Model Configuration¶

The SGLangModel accepts the following parameters:

Parameter	Description	Example	Required
`tokenizer`	HuggingFace tokenizer instance	`AutoTokenizer.from_pretrained("Qwen/Qwen3-4B-Instruct-2507")`	Yes
`base_url`	SGLang server URL	`"http://localhost:30000"`	Yes (or `client`)
`client`	Pre-configured `SGLangClient`	`SGLangClient.from_slime_args(args)`	Yes (or `base_url`)
`model_id`	Model identifier for logging	`"Qwen3-4B-Instruct-2507"`	No
`params`	Generation parameters	`{"max_new_tokens": 2048, "temperature": 0.7}`	No
`enable_thinking`	Enable thinking mode for Qwen3 hybrid models	`True` or `False`	No

Client Configuration¶

For RL training, use a centralized SGLangClient with connection pooling:

from strands_sglang import SGLangClient, SGLangModel

# Option 1: Direct configuration
client = SGLangClient(
    base_url="http://localhost:30000",
    max_connections=1000,  # Default: 1000
    timeout=None,          # Default: None (infinite, like Slime)
    max_retries=60,        # Default: 60 (aggressive retry for RL stability)
    retry_delay=1.0,       # Default: 1.0 seconds
)

# Option 2: Adaptive to Slime's training args
client = SGLangClient.from_slime_args(args)
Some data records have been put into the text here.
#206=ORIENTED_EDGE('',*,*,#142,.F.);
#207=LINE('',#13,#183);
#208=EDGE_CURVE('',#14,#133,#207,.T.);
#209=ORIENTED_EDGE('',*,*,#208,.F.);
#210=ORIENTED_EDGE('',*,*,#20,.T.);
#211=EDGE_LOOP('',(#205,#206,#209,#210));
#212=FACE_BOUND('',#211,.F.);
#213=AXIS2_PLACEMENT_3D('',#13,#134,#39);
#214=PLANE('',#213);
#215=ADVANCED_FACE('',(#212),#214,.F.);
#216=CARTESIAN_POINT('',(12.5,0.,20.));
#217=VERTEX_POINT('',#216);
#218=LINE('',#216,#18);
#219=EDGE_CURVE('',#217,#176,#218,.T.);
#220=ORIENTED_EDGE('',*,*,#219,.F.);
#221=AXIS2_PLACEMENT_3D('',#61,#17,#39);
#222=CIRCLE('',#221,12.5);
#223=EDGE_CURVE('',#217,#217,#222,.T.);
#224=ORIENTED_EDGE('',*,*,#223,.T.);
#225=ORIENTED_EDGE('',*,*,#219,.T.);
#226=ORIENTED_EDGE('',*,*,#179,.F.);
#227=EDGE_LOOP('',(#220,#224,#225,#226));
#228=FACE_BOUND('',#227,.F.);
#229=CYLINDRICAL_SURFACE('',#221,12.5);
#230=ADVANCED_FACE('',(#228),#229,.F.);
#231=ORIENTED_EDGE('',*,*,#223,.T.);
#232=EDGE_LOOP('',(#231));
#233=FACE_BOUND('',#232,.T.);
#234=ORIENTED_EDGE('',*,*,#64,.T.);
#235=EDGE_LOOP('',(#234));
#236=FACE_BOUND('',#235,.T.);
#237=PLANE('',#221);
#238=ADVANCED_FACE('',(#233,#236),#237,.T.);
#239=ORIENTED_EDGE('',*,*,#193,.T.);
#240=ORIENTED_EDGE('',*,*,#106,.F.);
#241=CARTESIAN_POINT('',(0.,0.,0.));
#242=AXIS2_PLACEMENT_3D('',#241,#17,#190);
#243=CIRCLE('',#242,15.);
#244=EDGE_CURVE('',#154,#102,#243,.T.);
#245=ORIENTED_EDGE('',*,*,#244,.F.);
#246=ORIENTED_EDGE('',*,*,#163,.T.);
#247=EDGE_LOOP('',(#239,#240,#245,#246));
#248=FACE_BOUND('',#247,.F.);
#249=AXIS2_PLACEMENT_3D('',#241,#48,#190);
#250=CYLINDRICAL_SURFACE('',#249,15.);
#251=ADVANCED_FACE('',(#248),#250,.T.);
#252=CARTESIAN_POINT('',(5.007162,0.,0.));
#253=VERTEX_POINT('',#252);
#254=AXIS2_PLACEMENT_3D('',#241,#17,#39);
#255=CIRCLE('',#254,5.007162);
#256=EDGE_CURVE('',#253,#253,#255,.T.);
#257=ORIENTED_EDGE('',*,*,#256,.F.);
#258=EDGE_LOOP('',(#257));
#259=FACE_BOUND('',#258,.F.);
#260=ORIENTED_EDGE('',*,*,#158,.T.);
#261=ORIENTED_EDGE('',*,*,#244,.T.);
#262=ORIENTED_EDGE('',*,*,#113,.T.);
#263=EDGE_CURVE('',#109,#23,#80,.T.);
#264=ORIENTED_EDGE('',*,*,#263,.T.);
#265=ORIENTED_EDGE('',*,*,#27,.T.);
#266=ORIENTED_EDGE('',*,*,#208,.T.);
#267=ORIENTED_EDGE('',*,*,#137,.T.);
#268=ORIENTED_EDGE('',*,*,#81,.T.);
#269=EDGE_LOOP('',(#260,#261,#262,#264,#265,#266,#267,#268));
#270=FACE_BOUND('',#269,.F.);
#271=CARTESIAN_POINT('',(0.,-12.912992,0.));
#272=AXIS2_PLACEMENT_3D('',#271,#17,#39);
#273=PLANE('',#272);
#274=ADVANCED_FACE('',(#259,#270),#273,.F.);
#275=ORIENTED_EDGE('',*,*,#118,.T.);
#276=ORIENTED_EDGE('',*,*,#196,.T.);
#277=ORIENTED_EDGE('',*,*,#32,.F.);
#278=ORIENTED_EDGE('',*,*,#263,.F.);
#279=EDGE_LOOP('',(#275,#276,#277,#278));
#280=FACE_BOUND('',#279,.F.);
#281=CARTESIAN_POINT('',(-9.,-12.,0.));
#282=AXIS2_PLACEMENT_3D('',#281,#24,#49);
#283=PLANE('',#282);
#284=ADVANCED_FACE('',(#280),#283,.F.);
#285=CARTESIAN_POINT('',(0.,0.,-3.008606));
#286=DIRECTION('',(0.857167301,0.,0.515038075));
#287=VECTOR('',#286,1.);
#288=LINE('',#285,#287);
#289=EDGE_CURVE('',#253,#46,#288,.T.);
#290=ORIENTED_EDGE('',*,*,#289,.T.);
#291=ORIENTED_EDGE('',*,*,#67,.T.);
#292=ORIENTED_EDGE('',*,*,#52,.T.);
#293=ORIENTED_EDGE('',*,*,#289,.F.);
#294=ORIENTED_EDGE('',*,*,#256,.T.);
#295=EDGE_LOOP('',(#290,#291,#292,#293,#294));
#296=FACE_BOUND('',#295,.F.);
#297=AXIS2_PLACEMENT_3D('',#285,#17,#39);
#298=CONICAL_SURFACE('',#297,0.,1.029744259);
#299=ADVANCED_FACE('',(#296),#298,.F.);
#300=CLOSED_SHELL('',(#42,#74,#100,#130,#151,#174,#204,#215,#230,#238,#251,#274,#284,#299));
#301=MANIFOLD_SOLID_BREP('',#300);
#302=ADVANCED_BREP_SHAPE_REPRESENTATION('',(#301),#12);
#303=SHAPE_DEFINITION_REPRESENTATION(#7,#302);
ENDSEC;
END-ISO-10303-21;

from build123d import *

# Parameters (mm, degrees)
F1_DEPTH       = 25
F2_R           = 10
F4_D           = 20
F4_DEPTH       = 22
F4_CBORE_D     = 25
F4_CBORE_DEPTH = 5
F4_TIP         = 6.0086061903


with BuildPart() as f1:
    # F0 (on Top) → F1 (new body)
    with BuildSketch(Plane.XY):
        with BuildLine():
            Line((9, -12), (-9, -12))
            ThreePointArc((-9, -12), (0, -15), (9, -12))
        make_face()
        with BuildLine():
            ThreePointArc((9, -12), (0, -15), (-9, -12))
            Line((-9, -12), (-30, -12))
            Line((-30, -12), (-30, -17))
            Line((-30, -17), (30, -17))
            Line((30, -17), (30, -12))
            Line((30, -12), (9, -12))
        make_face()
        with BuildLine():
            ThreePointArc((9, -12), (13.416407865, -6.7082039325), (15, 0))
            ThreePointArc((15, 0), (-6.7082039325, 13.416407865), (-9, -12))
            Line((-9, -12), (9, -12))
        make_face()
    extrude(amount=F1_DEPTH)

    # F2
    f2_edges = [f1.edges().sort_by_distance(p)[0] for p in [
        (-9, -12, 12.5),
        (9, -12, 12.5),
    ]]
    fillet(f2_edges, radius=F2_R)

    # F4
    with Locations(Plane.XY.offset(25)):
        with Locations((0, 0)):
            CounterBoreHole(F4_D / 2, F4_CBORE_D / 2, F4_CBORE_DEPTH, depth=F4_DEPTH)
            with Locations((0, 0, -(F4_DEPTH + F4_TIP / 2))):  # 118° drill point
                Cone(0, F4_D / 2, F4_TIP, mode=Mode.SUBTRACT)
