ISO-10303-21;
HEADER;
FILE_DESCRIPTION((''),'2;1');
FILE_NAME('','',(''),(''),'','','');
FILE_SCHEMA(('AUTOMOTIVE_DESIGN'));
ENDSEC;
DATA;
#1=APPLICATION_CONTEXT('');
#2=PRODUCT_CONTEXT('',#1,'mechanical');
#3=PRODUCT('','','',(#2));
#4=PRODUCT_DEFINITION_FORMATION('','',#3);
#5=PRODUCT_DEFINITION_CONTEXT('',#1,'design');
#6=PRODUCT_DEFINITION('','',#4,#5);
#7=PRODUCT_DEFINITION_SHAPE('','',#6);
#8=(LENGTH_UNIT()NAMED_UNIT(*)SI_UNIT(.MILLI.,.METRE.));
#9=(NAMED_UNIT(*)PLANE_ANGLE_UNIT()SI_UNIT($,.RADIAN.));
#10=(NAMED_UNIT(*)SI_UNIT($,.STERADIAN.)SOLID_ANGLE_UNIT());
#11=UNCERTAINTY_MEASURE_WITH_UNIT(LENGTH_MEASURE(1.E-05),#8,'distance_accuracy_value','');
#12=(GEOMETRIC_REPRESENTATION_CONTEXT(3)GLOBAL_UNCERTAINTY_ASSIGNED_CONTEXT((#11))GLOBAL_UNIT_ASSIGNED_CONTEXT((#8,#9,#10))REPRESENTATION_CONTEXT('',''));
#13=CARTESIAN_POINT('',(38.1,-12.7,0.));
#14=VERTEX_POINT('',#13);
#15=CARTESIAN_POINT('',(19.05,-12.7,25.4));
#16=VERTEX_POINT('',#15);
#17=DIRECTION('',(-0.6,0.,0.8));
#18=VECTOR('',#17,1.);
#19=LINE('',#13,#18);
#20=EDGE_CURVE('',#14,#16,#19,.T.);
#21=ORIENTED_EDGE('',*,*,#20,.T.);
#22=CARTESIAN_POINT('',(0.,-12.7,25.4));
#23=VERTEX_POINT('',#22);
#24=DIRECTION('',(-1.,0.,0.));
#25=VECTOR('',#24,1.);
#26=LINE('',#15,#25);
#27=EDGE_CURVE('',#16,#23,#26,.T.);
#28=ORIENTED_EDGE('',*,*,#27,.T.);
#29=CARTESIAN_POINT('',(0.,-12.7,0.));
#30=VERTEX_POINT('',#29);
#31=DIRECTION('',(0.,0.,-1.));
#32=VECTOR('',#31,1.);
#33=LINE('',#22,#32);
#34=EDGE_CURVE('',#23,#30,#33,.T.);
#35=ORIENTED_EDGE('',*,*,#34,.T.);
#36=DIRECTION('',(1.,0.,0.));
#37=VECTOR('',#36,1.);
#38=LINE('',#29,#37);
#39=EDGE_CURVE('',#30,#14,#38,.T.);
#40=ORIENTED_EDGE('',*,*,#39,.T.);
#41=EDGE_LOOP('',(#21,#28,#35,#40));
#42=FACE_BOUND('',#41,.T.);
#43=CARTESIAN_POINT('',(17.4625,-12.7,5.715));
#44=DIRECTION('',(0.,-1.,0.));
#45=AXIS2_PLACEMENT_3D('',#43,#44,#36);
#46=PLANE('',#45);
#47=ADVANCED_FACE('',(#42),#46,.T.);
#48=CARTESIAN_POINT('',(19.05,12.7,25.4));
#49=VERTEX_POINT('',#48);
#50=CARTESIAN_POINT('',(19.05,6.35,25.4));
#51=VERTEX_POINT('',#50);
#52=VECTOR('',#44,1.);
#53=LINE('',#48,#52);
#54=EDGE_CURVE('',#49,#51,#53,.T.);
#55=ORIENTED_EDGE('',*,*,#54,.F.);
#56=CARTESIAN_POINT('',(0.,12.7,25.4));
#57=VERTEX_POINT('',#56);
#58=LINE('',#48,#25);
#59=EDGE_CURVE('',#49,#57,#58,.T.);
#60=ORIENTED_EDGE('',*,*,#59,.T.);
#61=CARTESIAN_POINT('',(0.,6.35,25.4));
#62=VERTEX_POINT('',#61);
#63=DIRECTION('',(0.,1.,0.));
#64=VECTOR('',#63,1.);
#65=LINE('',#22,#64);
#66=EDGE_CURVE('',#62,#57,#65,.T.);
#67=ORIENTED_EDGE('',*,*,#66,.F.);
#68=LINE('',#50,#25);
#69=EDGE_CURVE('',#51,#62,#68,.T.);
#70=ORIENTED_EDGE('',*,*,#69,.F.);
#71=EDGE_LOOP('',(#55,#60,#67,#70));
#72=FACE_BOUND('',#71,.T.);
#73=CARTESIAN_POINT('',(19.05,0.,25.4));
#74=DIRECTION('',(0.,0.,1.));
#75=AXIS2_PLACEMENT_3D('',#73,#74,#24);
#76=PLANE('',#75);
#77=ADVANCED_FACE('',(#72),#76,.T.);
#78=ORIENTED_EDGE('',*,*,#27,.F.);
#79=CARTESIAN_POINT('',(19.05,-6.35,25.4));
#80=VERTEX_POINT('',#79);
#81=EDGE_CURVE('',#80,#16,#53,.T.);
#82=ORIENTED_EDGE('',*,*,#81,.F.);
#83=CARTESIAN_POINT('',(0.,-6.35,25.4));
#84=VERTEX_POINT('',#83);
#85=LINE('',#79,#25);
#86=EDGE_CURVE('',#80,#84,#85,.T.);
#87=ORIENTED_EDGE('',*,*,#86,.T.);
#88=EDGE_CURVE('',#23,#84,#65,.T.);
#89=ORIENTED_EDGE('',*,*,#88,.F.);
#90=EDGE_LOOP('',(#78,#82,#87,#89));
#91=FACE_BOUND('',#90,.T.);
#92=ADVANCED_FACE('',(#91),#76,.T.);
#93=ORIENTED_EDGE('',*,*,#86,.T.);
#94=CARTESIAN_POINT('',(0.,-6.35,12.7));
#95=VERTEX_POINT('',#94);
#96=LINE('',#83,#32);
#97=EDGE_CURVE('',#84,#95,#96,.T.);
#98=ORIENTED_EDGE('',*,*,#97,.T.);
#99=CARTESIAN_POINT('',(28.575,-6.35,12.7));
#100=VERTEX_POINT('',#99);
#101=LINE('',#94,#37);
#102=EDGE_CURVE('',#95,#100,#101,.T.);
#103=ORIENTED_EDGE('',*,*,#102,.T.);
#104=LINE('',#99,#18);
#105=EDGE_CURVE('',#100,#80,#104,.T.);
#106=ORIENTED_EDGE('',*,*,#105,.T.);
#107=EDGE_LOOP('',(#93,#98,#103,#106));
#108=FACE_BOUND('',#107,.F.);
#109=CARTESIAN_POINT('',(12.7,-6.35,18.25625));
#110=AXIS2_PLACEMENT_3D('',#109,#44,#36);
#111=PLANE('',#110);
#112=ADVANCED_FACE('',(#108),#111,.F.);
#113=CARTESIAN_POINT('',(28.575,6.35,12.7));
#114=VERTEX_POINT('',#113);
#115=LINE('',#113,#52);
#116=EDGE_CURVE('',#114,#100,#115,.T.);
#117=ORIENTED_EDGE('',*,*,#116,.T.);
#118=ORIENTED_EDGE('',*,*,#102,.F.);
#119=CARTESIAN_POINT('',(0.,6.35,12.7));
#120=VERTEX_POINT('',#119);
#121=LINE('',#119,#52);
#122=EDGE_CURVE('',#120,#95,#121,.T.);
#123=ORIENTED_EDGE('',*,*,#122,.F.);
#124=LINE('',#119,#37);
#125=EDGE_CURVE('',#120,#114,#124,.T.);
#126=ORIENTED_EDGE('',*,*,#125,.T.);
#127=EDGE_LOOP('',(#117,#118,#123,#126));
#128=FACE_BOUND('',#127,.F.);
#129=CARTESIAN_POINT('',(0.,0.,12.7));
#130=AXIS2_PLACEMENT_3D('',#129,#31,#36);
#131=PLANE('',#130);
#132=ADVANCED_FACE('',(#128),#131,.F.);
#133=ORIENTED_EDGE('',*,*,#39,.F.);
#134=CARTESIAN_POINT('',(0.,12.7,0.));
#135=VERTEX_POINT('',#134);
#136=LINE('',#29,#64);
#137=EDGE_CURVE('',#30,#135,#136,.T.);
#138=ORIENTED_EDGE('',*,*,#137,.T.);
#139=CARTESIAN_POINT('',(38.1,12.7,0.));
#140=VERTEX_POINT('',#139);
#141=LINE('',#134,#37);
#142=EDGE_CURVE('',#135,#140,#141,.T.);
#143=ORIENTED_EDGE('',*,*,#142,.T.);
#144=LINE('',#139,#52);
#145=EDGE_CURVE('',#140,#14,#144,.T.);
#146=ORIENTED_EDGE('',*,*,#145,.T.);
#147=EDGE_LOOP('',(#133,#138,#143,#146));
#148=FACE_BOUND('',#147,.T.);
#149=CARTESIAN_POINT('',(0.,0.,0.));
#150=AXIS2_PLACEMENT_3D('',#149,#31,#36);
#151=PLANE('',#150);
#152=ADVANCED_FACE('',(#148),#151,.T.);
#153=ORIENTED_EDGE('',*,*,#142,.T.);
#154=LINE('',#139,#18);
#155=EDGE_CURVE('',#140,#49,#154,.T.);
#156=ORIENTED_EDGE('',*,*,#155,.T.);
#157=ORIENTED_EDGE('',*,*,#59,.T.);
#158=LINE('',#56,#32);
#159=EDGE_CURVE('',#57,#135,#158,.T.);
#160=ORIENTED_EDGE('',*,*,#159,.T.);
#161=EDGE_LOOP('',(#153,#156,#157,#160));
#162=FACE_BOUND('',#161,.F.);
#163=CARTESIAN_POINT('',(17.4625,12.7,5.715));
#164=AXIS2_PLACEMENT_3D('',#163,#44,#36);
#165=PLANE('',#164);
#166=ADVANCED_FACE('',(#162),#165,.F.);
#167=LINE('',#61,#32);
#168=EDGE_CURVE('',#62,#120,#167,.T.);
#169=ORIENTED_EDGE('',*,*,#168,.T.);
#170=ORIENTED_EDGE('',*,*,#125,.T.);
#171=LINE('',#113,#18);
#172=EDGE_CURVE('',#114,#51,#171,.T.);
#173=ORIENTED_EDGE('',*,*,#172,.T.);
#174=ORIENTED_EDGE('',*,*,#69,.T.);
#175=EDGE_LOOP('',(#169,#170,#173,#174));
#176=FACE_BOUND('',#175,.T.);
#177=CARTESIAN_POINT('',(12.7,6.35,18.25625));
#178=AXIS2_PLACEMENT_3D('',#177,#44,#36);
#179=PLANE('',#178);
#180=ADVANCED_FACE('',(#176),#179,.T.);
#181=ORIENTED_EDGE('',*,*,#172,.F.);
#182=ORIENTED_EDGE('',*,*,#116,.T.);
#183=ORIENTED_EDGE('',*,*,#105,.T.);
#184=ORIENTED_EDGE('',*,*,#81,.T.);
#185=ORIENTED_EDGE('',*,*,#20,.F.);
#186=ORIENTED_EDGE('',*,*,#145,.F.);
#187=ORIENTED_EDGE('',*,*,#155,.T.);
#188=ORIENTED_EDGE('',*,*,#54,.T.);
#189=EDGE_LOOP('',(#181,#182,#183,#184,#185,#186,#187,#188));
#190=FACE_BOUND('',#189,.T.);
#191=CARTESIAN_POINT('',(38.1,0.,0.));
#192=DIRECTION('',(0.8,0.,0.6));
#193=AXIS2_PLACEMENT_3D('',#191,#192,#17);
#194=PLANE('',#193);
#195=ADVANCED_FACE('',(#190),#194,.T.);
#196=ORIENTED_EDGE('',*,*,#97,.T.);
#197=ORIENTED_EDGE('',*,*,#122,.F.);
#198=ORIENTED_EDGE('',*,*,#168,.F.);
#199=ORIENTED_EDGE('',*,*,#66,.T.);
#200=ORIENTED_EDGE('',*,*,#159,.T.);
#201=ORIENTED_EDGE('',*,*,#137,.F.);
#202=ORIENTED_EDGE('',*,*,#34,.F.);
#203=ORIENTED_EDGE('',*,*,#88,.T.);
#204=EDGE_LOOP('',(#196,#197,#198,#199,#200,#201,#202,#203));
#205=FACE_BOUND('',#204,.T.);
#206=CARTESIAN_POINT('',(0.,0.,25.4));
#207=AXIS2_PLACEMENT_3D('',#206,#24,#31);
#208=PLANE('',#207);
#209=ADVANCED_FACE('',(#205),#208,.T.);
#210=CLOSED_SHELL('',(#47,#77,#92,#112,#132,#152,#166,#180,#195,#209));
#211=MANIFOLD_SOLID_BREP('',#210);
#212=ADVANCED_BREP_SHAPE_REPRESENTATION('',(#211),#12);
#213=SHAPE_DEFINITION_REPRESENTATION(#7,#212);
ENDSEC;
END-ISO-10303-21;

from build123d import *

# Parameters (mm, degrees)
F1_DEPTH = 12.7
F3_DEPTH = 6.35


with BuildPart() as f1:
    # F0 (on Front) → F1 (new body, symmetric)
    with BuildSketch(Plane.XZ):
        Polygon((0, 12.7), (0, 0), (38.1, 0), (28.575, 12.7), align=None)
        Polygon((0, 25.4), (0, 12.7), (28.575, 12.7), (19.05, 25.4), align=None)
    extrude(amount=F1_DEPTH, both=True)

    # F2 (on Front) → F3 (cut, symmetric)
    with BuildSketch(Plane.XZ):
        Polygon((0, 25.4), (0, 12.7), (28.575, 12.7), (19.05, 25.4), align=None)
    extrude(amount=F3_DEPTH, both=True, mode=Mode.SUBTRACT)


solid = f1.part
model = SGLangModel(tokenizer=tokenizer, client=client)

Parameter	Description	Default
`base_url`	SGLang server URL	Required
`max_connections`	Maximum concurrent connections	`1000`
`timeout`	Request timeout (None = infinite)	`None`
`max_retries`	Retry attempts on transient errors	`60`
`retry_delay`	Delay between retries (seconds)	`1.0`

Troubleshooting¶

Connection errors to SGLang server¶

Ensure your SGLang server is running and accessible:

# Check if server is responding
curl http://localhost:30000/health

Token trajectory mismatch¶

If TITO data doesn't match expected output, ensure you call model.reset() before each new episode to clear the token manager state.